For the Hex, some growth, added new liverwort/moss samples, added blue oxalis and pulled one plant that was dying. Still have planting to do and more growing in, and pumps to add for waterfalls and dripwall.

I just can not get a good picture that does this tank justice, It is much more impressive in real life ;(









Here is a link to a new thread on a new 10gal...
http://www.dendroboard.com/forum/members-frogs-vivariums/58499-sweet-lil-10gal.html


----------



## bricespice (Jan 4, 2010)

Hey Dave-
Im in tulsa too. Where do you find your driftwood? Any special prices out there? I need to build 2 10's and 2 20's.
Thanks
Brice


----------



## Dendro Dave (Aug 2, 2005)

bricespice said:


> Hey Dave-
> Im in tulsa too. Where do you find your driftwood? Any special prices out there? I need to build 2 10's and 2 20's.
> Thanks
> Brice


Hey neighbor, I just pick mine up at petco, petsmart, petfun here in sand springs southern ag, or a love a pet out in Broken arrow...so no special price usually. Every once in awhile I order some online...I think that is cheaper but often you can't pick your piece (Sometimes you can). In that hex alone there is probably a $100 in wood


----------



## Dendro Dave (Aug 2, 2005)

I got a new LG Vortex (android phone) so I took a few update pics on the hex as I was playing with it. Not horribly impressed with the camera, but the phone was the only free android phone. I planted the water section with some baby tears and dwarf anubis (I think) and added a few cuttings especially in the right back planter... and portions of Utricularia graminfolia and mini sinningia white sprite in a few places. Still tinkering with it and letting it grow in. Here ya go...


----------



## Frogtofall (Feb 16, 2006)

Looking good Dave.


----------



## davidadelp (Sep 29, 2010)

what kind of frogs do you have plans to put in these 2 vivs?


----------



## mcadoo (Oct 16, 2006)

Wow, incredible job on the hex. nice!


----------



## sbye (Nov 10, 2009)

Are you planning on putting any small fish in there?


----------



## Dendro Dave (Aug 2, 2005)

Thanks guys.
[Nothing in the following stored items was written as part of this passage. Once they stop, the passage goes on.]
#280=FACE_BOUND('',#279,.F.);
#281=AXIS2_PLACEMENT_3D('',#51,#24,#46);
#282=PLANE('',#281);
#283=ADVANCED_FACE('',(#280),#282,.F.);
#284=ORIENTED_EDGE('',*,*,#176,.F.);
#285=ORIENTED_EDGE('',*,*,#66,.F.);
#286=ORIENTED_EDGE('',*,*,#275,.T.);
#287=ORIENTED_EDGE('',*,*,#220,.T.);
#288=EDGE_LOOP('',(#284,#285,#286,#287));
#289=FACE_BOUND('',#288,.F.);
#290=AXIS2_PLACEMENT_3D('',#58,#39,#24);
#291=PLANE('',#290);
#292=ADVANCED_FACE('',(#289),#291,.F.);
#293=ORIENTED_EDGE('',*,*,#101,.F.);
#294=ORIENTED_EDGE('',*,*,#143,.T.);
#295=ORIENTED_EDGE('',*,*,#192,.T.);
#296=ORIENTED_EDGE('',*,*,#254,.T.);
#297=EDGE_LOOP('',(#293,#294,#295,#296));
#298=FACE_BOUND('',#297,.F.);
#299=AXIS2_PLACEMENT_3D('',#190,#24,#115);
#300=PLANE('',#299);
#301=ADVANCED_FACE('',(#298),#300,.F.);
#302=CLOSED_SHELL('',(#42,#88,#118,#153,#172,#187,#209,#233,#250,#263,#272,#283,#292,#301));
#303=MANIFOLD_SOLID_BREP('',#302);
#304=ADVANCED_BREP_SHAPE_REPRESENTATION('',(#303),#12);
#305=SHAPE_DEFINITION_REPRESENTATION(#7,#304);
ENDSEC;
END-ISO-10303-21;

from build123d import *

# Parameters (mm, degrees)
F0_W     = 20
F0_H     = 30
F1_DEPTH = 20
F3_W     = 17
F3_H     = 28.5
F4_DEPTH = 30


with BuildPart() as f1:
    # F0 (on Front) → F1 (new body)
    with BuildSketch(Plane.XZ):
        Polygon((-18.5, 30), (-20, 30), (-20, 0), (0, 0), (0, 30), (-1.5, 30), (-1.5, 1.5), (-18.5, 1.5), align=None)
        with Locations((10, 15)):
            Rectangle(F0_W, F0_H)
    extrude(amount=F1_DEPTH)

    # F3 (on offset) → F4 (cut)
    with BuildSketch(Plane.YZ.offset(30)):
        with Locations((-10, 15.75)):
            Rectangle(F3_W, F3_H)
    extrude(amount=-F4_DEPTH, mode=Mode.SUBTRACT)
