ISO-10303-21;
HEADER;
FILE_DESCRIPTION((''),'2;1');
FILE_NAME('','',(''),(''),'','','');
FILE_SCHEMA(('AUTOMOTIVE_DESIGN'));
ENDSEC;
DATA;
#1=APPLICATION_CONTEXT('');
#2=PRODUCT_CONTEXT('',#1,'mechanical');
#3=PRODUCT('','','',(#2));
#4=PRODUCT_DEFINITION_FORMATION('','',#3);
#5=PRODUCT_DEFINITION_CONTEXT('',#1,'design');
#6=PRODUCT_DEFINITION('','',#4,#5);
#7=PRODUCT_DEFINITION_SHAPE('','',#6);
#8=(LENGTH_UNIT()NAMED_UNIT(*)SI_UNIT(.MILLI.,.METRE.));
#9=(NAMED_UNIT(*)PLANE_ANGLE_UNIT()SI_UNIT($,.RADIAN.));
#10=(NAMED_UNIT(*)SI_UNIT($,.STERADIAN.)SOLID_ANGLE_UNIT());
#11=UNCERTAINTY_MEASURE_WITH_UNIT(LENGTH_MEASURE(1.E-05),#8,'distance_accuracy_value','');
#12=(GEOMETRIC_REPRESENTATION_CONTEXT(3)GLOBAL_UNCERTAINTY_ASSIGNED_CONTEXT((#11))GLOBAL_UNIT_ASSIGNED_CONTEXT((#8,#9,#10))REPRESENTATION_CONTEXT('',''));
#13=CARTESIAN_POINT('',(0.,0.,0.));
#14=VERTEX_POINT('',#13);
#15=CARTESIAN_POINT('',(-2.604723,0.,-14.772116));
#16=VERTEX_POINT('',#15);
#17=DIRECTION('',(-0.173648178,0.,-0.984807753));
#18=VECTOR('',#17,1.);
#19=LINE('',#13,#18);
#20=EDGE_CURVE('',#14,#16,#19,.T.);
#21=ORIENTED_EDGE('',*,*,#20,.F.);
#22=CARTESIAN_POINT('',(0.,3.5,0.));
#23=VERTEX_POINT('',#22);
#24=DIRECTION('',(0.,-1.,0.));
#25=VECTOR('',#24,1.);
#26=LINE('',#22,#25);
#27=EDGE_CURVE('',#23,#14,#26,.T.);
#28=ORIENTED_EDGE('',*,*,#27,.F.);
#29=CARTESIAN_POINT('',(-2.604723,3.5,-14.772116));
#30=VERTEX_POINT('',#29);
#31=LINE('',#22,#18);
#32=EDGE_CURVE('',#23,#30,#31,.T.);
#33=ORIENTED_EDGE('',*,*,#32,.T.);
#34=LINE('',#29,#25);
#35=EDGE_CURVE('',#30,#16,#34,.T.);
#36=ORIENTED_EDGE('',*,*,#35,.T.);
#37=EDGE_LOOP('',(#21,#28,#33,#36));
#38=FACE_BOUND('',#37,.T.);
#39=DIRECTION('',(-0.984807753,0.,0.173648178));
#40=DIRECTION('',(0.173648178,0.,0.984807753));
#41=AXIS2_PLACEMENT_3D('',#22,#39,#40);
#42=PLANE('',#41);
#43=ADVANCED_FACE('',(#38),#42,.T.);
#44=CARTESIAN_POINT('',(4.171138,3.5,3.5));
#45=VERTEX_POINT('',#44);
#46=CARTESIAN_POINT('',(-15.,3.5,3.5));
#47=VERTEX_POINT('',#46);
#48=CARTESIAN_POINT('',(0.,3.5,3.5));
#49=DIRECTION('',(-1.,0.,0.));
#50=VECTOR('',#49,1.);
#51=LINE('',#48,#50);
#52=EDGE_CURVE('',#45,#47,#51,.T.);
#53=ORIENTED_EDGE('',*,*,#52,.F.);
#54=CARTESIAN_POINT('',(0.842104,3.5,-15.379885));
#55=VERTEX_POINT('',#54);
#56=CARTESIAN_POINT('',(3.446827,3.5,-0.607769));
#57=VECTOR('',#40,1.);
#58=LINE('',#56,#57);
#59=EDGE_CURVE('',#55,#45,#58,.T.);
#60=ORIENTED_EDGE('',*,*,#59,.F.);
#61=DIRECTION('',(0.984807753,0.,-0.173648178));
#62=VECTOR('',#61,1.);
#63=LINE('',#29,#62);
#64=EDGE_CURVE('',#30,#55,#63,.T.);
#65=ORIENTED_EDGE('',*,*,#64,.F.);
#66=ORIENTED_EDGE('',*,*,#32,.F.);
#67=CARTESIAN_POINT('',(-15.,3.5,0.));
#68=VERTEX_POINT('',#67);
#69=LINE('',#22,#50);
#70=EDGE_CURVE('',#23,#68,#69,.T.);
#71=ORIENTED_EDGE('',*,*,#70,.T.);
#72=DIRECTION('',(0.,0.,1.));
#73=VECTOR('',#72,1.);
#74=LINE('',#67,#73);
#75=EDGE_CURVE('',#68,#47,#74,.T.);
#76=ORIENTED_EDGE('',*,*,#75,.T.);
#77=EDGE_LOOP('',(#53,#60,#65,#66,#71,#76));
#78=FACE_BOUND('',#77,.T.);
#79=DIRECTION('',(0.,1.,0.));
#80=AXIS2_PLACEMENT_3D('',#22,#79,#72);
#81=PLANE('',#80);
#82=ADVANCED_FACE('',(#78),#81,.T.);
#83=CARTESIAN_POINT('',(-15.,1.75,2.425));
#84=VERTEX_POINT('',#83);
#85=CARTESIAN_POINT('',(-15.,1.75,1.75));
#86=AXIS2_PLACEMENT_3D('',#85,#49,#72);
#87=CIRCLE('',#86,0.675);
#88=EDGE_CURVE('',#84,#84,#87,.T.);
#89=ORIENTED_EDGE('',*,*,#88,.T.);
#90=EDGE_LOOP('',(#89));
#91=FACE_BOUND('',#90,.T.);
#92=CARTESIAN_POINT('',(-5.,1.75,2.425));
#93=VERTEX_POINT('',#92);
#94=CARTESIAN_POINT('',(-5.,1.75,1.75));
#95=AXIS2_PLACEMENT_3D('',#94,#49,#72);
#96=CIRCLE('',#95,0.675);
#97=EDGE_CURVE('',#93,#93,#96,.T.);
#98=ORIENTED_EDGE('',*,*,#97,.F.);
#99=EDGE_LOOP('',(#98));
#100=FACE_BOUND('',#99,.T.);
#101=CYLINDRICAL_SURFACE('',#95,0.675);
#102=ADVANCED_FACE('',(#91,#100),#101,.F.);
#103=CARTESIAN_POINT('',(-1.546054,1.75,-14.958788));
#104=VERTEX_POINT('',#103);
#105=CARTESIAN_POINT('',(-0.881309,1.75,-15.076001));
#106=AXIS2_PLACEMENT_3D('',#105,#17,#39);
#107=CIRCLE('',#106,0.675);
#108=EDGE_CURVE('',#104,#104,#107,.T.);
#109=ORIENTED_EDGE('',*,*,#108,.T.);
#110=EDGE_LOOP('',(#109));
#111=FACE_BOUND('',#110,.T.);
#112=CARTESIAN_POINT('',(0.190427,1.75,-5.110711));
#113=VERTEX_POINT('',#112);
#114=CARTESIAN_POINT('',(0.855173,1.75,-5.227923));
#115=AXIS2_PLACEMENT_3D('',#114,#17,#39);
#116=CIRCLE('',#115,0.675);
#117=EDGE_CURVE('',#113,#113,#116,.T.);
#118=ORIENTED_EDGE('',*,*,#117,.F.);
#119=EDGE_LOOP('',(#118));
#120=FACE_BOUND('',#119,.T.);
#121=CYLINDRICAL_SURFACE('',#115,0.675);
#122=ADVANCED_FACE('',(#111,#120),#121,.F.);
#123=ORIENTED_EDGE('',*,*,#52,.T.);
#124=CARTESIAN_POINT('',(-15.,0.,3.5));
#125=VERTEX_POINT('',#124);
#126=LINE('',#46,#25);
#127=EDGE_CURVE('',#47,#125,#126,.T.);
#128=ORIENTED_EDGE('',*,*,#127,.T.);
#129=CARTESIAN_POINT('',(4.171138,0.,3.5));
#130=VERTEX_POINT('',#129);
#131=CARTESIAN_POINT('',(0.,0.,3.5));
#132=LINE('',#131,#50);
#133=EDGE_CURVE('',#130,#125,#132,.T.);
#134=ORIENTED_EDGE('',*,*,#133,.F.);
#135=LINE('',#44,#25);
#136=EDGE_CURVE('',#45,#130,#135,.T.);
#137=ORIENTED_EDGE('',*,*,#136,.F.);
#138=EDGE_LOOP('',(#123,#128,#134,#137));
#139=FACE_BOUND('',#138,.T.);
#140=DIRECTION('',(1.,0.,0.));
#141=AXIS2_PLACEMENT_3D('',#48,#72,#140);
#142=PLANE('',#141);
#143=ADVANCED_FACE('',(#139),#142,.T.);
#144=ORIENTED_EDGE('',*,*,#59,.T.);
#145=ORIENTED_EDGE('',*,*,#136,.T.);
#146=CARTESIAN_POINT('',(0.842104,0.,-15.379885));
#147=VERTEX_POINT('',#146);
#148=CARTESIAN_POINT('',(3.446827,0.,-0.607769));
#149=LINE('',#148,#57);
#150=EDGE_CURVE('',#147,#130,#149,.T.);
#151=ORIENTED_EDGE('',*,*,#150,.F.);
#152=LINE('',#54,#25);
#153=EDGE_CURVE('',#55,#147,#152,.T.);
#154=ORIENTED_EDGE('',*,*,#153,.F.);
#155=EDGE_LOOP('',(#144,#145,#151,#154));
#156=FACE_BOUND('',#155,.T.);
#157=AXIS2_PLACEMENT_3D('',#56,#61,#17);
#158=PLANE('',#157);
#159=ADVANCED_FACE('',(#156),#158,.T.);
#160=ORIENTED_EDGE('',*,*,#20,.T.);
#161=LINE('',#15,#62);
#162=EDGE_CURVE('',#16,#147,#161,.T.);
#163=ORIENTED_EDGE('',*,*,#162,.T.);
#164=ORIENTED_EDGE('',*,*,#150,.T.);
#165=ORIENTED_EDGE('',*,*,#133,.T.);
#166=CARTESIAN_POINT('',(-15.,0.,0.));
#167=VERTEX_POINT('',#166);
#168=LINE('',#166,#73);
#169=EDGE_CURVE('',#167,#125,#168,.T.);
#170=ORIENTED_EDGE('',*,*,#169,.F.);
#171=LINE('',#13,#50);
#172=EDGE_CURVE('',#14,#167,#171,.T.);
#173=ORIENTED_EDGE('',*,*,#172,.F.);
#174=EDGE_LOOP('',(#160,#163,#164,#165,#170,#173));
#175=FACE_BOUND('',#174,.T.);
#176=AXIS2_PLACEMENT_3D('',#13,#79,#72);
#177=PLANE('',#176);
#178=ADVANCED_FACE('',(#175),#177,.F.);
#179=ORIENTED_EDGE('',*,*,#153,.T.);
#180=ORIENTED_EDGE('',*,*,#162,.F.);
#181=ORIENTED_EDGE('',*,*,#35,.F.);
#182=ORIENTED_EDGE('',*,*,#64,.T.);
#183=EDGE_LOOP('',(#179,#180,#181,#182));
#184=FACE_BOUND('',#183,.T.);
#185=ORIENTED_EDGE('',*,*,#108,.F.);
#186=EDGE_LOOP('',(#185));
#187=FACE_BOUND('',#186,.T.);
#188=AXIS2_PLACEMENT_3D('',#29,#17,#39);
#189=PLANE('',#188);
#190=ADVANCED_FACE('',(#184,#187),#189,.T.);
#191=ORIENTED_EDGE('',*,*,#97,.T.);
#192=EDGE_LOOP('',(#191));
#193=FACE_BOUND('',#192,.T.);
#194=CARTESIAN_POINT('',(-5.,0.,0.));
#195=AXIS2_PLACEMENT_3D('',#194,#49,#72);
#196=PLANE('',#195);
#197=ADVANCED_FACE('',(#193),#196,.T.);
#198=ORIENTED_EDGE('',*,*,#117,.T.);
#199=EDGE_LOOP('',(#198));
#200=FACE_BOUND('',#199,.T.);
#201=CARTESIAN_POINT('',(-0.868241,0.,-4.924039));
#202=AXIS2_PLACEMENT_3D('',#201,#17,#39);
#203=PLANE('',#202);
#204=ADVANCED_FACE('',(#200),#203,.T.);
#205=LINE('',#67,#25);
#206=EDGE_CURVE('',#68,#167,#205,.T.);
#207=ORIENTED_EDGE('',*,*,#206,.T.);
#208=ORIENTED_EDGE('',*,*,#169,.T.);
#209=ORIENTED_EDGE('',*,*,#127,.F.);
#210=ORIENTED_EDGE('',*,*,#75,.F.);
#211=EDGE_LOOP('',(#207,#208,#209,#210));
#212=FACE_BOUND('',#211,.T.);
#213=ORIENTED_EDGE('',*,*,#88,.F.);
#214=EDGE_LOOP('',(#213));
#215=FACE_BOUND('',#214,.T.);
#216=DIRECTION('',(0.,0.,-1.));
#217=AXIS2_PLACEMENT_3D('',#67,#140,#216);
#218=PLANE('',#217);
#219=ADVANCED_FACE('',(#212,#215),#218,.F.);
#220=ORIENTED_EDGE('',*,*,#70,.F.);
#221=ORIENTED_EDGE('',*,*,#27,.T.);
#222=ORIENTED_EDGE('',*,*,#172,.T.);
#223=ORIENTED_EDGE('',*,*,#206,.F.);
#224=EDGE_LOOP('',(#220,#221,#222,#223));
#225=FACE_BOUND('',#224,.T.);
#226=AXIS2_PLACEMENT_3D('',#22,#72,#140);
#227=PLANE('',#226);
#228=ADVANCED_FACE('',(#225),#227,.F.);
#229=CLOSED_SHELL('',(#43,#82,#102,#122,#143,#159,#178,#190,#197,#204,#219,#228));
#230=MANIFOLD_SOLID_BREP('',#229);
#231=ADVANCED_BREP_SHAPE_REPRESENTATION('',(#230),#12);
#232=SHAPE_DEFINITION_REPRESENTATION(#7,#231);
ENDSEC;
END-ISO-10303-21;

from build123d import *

# Parameters (mm, degrees)
BOSS_EXTRUDE1_DEPTH = 3.5
SKETCH3_R           = 0.675
CUT_EXTRUDE1_DEPTH  = 10
SKETCH4_R           = 0.675
CUT_EXTRUDE3_DEPTH  = 10


with BuildPart() as part:
    # Sketch2 → Boss-Extrude1 (new body)
    with BuildSketch(Plane(origin=(0, 0, 0), x_dir=(1, 0, 0), z_dir=(0, 1, 0))):
        Polygon((-2.604722665, 14.772116295), (0, 0), (-15, 0), (-15, -3.5), (4.171137574, -3.5), (0.842104471, 15.379884917), align=None)
    extrude(amount=BOSS_EXTRUDE1_DEPTH)

    # Sketch3 → Cut-Extrude1 (cut)
    with BuildSketch(Plane.ZY.offset(15)):
        with Locations((1.75, 1.75)):
            Circle(SKETCH3_R)
    extrude(amount=-CUT_EXTRUDE1_DEPTH, mode=Mode.SUBTRACT)

    # Sketch4 → Cut-Extrude3 (cut)
    with BuildSketch(Plane(origin=(-2.604722665, 0, -14.772116295), x_dir=(-0.9848077530122086, 0, 0.17364817766692825), z_dir=(-0.17364817766692825, 0, -0.9848077530122086))):
        with Locations((-1.75, 1.75)):
            Circle(SKETCH4_R)
    extrude(amount=-CUT_EXTRUDE3_DEPTH, mode=Mode.SUBTRACT)


solid = part.part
The 20H has 3 azureus froglets in it now growing out. The 10, is empty. No idea what will end up in there. Possibly one of the azureus froglets when they get larger and I have some idea of sex. 

The hex was given to me to turn into a viv for some friends, or for me to possibly keep. They recently got married so basically I'm giving it to them at cost or below as a wedding present kinda. They are still working out where they are going to settle down and looking for jobs, so I'm not exactly sure when they plan on taking delivery. So no plans to put frogs of my own in it yet, and I don't know if they are going to want to attempt darts or not. Frankly I'm kinda hoping they decide they don't want it  I'm fairly sure either way it will end up with a beta in the water or a couple of other small hardy fish. I've found betas do well in such ponds since they can breathe air. Also in other vivs I've basically not had to feed them, they feed off springtails and ffs that get in the water.

There is still some work on the hex to do. It is plumbed for 3 waterfalls but I've got to get at least 2 more toms vacuum pumps to run those. 1 in the rocks at the bottom left, one through the front shore line wood, and the tiered waterfall of wood on the right that drips down to the rocks and into the pond. Those will all be on timers to minimize saturating the soil and evaporation of the water reservoir. I robbed 1 off of it to run the drip wall in the 20 which is also plumbed for a waterfall through the hollow log, and the other is running the drip wall in the hex. The 10 is even plumbed for a drip wall, so really I need at least 4 pumps still...and I'd like to add dripwalls to older tanks so maybe more. But to broke for that right now, plus I'm spending what money I have on expanding my plant collection. Getting some stuff from harry and a couple other orders to place in the coming months, then I'll focus on the pumps.


----------



## Dendro Dave (Aug 2, 2005)

I did an image dump off my old phone to my new phone. Thank god for bluetooth or these would have been stuck there forever, or till I coughed up 20-30bucks for a data cable....Here are some construction pics of the Hex...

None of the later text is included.